§ Your assignment
Transcribe the records below exactly, from their first line through the line containing "e9 v7 v5 LINE". Omit every line after it.

(Extracted records)
BEGIN

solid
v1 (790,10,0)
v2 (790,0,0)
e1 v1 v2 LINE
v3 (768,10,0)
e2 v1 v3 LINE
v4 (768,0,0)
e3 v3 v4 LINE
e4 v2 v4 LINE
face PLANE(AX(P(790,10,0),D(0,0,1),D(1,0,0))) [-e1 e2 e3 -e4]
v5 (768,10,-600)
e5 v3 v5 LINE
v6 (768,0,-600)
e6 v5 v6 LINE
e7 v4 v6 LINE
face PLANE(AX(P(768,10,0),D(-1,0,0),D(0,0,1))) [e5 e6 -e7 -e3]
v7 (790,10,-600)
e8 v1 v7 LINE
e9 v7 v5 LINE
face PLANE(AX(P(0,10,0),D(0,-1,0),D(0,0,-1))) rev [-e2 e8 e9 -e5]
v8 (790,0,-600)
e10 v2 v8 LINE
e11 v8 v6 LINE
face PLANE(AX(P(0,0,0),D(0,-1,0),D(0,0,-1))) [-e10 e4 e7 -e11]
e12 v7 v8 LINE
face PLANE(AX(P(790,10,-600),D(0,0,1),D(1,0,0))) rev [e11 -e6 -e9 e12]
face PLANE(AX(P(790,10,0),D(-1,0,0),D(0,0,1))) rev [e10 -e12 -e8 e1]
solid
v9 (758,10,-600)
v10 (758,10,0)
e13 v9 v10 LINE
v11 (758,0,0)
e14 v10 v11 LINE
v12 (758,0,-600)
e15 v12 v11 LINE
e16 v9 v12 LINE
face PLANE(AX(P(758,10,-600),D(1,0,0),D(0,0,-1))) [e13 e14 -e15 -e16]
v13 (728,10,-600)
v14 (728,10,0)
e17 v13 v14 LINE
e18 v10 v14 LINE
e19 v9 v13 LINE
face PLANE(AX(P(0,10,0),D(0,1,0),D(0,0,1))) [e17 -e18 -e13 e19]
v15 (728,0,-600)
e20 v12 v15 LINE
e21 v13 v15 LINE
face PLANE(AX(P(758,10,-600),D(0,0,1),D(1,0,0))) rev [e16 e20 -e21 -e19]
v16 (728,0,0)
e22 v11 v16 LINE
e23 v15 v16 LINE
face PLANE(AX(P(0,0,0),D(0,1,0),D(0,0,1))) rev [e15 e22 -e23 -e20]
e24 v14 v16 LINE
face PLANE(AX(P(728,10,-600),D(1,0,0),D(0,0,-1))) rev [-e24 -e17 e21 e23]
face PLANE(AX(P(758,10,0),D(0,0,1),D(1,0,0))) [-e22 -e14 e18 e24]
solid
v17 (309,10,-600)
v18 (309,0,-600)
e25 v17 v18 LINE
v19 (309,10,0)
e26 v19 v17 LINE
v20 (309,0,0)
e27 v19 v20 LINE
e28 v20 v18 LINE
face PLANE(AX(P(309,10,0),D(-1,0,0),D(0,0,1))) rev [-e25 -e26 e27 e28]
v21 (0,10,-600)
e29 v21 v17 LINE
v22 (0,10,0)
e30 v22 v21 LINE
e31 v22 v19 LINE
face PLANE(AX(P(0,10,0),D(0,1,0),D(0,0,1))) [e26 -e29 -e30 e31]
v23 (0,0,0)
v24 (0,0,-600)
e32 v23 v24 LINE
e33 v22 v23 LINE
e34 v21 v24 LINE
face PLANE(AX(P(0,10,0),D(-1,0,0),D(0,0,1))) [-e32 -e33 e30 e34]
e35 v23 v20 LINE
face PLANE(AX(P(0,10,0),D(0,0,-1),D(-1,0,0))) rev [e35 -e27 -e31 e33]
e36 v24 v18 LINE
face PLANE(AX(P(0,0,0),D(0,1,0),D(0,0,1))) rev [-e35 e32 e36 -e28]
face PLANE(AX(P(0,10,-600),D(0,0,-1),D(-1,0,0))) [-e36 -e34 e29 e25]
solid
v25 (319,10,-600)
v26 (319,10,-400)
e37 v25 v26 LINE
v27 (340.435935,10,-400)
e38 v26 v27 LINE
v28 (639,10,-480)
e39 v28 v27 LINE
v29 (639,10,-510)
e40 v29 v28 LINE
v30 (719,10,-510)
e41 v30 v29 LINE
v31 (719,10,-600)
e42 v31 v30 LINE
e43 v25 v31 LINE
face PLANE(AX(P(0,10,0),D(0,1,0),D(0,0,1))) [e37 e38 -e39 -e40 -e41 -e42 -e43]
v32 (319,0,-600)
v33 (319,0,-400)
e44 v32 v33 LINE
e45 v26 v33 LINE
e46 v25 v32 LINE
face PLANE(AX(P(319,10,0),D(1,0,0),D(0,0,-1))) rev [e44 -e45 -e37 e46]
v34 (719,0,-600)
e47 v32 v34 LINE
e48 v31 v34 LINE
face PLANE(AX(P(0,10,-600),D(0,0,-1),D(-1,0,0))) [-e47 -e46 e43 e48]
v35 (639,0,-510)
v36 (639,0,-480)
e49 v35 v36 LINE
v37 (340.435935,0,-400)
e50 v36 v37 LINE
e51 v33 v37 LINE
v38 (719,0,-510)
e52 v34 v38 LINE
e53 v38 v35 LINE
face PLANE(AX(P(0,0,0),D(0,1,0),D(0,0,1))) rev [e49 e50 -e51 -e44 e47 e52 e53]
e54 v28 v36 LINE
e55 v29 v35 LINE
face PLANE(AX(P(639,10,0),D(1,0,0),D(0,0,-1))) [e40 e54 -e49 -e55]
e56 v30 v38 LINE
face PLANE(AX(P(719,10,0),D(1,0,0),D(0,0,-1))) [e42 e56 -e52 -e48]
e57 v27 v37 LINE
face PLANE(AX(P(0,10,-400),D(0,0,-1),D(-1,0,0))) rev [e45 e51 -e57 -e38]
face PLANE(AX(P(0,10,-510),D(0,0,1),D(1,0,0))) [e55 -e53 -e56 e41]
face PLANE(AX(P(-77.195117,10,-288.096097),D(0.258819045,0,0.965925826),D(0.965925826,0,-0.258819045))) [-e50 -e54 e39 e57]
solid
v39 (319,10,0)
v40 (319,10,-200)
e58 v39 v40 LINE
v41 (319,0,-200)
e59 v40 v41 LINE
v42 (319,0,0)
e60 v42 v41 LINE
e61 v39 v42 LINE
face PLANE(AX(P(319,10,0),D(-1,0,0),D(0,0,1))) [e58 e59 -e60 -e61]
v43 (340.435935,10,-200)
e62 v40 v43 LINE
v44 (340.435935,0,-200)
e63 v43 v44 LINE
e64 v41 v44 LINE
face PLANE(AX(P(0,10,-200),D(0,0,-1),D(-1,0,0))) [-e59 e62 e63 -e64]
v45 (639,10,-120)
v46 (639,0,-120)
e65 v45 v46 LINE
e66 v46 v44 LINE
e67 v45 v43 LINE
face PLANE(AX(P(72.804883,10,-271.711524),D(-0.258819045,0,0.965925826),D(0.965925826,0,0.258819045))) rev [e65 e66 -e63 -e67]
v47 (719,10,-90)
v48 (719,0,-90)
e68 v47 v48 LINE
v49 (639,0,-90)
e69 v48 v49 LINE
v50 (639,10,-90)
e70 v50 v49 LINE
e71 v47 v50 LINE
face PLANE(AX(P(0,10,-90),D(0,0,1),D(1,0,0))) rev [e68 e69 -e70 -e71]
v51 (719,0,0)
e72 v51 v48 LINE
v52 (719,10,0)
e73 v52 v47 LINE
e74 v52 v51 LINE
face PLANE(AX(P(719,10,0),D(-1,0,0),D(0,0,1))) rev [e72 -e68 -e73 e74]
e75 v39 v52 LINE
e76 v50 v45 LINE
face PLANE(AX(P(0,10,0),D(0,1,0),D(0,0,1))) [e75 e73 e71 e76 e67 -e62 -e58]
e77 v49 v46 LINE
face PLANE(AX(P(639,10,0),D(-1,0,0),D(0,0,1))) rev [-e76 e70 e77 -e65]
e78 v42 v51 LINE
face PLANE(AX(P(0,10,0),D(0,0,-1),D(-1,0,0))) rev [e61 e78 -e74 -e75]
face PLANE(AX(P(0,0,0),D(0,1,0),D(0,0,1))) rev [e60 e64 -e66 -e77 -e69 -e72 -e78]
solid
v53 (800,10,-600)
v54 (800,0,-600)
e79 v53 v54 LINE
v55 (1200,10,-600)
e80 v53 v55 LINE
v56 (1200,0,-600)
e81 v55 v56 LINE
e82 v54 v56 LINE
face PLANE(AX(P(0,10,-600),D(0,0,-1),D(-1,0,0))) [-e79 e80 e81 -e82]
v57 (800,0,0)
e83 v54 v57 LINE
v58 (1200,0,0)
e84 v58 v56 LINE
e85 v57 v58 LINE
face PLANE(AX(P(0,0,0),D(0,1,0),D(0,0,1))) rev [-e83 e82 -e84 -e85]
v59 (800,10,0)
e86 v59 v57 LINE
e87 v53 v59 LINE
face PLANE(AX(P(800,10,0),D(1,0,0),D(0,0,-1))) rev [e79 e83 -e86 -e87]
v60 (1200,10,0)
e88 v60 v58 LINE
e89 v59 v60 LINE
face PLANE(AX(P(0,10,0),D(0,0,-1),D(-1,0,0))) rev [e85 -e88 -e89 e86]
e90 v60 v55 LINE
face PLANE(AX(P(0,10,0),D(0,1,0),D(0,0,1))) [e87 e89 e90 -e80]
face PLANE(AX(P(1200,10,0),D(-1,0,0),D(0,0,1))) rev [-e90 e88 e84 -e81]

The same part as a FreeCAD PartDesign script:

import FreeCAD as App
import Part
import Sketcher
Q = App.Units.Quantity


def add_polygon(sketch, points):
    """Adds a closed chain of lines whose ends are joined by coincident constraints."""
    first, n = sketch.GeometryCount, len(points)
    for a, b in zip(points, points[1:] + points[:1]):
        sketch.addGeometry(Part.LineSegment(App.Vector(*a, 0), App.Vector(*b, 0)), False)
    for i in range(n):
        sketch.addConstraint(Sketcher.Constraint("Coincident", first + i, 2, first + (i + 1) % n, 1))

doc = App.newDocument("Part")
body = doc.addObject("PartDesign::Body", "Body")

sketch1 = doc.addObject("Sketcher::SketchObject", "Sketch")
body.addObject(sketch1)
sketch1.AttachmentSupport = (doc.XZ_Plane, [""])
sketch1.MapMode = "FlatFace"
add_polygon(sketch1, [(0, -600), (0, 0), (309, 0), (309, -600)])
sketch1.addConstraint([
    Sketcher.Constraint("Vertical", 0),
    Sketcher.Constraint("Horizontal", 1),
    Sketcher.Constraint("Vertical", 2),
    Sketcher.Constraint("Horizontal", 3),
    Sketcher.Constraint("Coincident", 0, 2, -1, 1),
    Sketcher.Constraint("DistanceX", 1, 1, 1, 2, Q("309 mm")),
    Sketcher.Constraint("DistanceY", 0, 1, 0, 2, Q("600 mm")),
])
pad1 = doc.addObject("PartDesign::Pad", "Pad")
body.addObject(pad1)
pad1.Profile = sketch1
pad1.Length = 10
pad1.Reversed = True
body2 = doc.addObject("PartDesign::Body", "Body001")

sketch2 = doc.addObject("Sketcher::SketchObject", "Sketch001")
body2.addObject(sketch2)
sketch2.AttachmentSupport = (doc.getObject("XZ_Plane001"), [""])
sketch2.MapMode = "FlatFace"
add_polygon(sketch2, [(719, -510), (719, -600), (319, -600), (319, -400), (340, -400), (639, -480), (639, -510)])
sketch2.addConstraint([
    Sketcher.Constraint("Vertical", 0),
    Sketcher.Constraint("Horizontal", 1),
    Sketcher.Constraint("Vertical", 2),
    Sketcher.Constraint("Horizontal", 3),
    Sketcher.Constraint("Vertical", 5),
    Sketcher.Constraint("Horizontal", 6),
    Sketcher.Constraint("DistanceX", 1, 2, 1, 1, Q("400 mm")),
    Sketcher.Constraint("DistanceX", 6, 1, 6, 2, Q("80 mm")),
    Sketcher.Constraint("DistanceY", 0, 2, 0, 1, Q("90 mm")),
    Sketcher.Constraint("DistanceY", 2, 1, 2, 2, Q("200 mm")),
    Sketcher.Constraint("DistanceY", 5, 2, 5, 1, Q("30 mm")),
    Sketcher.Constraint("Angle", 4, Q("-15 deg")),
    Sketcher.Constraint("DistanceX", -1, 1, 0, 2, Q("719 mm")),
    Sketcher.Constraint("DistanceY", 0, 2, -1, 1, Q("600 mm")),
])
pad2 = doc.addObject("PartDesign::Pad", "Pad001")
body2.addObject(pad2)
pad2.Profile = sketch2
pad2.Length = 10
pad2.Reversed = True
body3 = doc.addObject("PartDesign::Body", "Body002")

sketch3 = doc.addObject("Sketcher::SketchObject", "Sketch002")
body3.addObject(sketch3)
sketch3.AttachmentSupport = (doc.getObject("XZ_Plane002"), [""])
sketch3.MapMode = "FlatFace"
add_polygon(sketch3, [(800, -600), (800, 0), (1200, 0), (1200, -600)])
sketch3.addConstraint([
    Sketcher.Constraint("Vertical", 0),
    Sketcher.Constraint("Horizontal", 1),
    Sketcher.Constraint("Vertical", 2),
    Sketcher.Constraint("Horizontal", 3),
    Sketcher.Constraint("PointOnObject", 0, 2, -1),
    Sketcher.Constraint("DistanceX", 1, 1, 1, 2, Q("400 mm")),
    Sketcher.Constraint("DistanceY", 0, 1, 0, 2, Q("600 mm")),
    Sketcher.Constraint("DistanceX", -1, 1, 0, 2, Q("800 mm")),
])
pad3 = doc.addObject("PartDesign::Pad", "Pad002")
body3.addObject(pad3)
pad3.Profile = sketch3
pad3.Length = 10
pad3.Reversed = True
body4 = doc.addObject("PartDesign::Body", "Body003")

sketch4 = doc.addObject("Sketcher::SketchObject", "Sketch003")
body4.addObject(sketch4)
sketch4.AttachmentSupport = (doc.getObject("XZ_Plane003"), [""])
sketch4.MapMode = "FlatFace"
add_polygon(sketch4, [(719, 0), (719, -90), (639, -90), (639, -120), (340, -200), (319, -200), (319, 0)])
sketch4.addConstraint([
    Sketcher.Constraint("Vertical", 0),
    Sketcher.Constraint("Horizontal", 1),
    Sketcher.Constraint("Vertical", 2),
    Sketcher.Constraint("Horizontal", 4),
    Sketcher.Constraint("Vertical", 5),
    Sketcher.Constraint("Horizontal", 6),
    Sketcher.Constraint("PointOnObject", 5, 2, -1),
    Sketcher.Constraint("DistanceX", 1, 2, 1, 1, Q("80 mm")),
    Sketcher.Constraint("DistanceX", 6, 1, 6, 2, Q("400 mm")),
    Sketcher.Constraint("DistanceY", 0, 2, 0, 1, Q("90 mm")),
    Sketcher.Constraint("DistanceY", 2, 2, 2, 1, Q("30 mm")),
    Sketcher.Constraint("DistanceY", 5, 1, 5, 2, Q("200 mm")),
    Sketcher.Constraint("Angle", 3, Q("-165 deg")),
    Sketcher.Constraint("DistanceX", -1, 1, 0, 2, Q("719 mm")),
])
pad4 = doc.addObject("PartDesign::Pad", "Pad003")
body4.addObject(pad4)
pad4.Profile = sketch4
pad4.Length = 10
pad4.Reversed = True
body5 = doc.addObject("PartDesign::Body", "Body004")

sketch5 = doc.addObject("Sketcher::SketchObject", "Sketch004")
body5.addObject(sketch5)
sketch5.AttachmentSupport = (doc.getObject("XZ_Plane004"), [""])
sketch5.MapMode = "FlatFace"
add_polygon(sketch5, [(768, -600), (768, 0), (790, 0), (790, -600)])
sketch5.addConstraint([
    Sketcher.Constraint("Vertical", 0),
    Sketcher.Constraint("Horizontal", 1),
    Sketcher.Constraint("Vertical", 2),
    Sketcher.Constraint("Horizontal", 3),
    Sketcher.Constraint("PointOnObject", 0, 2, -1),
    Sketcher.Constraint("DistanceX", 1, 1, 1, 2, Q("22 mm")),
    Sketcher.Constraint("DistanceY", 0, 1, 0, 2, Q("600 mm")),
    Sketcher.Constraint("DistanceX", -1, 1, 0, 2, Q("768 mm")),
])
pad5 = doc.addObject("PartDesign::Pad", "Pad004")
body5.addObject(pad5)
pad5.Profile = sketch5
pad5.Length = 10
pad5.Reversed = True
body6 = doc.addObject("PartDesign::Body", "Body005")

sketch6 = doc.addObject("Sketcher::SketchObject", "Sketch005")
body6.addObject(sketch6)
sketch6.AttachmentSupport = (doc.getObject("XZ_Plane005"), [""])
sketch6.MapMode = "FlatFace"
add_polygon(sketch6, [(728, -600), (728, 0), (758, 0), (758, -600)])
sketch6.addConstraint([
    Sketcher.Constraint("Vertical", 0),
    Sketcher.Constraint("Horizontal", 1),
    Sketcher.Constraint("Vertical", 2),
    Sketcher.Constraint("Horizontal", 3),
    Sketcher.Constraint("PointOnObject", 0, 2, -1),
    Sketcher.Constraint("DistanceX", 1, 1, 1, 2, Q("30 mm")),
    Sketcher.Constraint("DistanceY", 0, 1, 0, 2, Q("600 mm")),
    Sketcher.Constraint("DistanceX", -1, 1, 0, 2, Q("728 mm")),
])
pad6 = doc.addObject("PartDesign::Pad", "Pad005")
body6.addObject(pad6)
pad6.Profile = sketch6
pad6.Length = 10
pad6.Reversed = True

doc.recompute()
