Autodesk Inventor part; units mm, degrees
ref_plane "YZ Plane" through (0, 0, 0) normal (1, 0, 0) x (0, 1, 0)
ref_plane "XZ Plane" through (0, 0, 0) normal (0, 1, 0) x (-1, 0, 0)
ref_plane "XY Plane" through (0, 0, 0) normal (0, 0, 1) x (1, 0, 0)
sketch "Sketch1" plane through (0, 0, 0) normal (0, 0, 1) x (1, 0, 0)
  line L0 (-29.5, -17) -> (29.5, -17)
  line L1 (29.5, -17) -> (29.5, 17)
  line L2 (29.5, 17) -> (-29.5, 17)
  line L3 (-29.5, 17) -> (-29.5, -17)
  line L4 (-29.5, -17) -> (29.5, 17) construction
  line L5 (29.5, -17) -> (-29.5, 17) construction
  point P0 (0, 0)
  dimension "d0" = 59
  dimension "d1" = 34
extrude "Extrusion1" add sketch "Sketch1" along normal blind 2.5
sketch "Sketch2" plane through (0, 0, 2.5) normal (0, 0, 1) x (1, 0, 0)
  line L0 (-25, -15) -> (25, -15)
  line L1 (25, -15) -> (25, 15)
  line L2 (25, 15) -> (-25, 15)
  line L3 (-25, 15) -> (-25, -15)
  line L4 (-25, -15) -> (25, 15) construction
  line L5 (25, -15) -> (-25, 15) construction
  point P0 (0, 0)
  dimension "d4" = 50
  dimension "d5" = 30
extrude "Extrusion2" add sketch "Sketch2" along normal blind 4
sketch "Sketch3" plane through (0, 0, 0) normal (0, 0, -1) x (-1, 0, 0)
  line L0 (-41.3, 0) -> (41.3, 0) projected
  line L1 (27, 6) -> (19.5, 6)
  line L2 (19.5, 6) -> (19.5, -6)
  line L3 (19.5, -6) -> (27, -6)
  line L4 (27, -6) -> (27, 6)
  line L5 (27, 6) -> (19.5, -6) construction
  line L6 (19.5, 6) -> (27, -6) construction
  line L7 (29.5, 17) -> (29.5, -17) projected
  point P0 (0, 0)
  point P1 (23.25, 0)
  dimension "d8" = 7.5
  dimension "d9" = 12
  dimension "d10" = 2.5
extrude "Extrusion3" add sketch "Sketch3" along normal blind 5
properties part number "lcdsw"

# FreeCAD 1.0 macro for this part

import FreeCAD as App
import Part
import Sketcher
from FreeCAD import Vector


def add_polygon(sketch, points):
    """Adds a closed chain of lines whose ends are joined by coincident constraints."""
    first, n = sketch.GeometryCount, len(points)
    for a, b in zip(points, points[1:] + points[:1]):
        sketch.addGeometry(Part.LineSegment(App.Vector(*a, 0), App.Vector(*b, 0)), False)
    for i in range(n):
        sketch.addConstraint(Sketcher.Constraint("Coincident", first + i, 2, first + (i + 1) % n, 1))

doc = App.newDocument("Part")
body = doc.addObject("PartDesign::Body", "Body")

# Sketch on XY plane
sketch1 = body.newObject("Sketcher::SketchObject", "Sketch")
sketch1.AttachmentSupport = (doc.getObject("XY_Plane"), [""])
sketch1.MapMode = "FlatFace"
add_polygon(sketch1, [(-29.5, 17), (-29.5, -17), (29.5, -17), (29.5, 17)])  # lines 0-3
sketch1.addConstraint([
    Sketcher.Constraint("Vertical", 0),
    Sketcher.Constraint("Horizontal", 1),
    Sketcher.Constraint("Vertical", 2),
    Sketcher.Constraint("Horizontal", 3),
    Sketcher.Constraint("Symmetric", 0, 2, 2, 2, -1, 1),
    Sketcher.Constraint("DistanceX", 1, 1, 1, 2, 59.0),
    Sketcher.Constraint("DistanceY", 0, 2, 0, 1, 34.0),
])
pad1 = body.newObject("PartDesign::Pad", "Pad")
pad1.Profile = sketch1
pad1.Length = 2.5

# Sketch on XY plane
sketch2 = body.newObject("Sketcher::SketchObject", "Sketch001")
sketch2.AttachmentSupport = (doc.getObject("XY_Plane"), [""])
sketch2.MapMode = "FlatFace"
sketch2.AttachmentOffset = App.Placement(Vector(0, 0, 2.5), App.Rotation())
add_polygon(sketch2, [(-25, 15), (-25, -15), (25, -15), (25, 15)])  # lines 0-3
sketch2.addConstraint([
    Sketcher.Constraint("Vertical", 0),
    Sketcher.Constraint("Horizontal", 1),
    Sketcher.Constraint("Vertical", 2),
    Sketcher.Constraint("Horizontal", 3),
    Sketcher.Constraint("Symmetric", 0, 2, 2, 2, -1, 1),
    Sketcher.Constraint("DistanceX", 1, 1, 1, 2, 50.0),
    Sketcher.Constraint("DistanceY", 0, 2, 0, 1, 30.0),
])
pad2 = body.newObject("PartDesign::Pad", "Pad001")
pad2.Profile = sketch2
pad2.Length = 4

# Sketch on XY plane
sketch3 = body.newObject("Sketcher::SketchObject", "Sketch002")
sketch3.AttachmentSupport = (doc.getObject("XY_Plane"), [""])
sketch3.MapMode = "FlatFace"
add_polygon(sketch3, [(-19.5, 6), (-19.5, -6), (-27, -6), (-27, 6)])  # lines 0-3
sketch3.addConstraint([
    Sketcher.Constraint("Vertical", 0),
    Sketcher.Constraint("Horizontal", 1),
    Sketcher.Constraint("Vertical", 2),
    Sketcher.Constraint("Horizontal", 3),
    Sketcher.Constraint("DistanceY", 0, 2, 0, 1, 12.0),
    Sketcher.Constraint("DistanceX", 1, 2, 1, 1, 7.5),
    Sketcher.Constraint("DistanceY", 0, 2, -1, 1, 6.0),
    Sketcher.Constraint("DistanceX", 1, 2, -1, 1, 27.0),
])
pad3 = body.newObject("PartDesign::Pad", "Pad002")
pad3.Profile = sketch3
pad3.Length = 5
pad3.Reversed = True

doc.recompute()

END

§ Exercise response
solid
v1 (790,10,0)
v2 (790,0,0)
e1 v1 v2 LINE
v3 (768,10,0)
e2 v1 v3 LINE
v4 (768,0,0)
e3 v3 v4 LINE
e4 v2 v4 LINE
face PLANE(AX(P(790,10,0),D(0,0,1),D(1,0,0))) [-e1 e2 e3 -e4]
v5 (768,10,-600)
e5 v3 v5 LINE
v6 (768,0,-600)
e6 v5 v6 LINE
e7 v4 v6 LINE
face PLANE(AX(P(768,10,0),D(-1,0,0),D(0,0,1))) [e5 e6 -e7 -e3]
v7 (790,10,-600)
e8 v1 v7 LINE
e9 v7 v5 LINE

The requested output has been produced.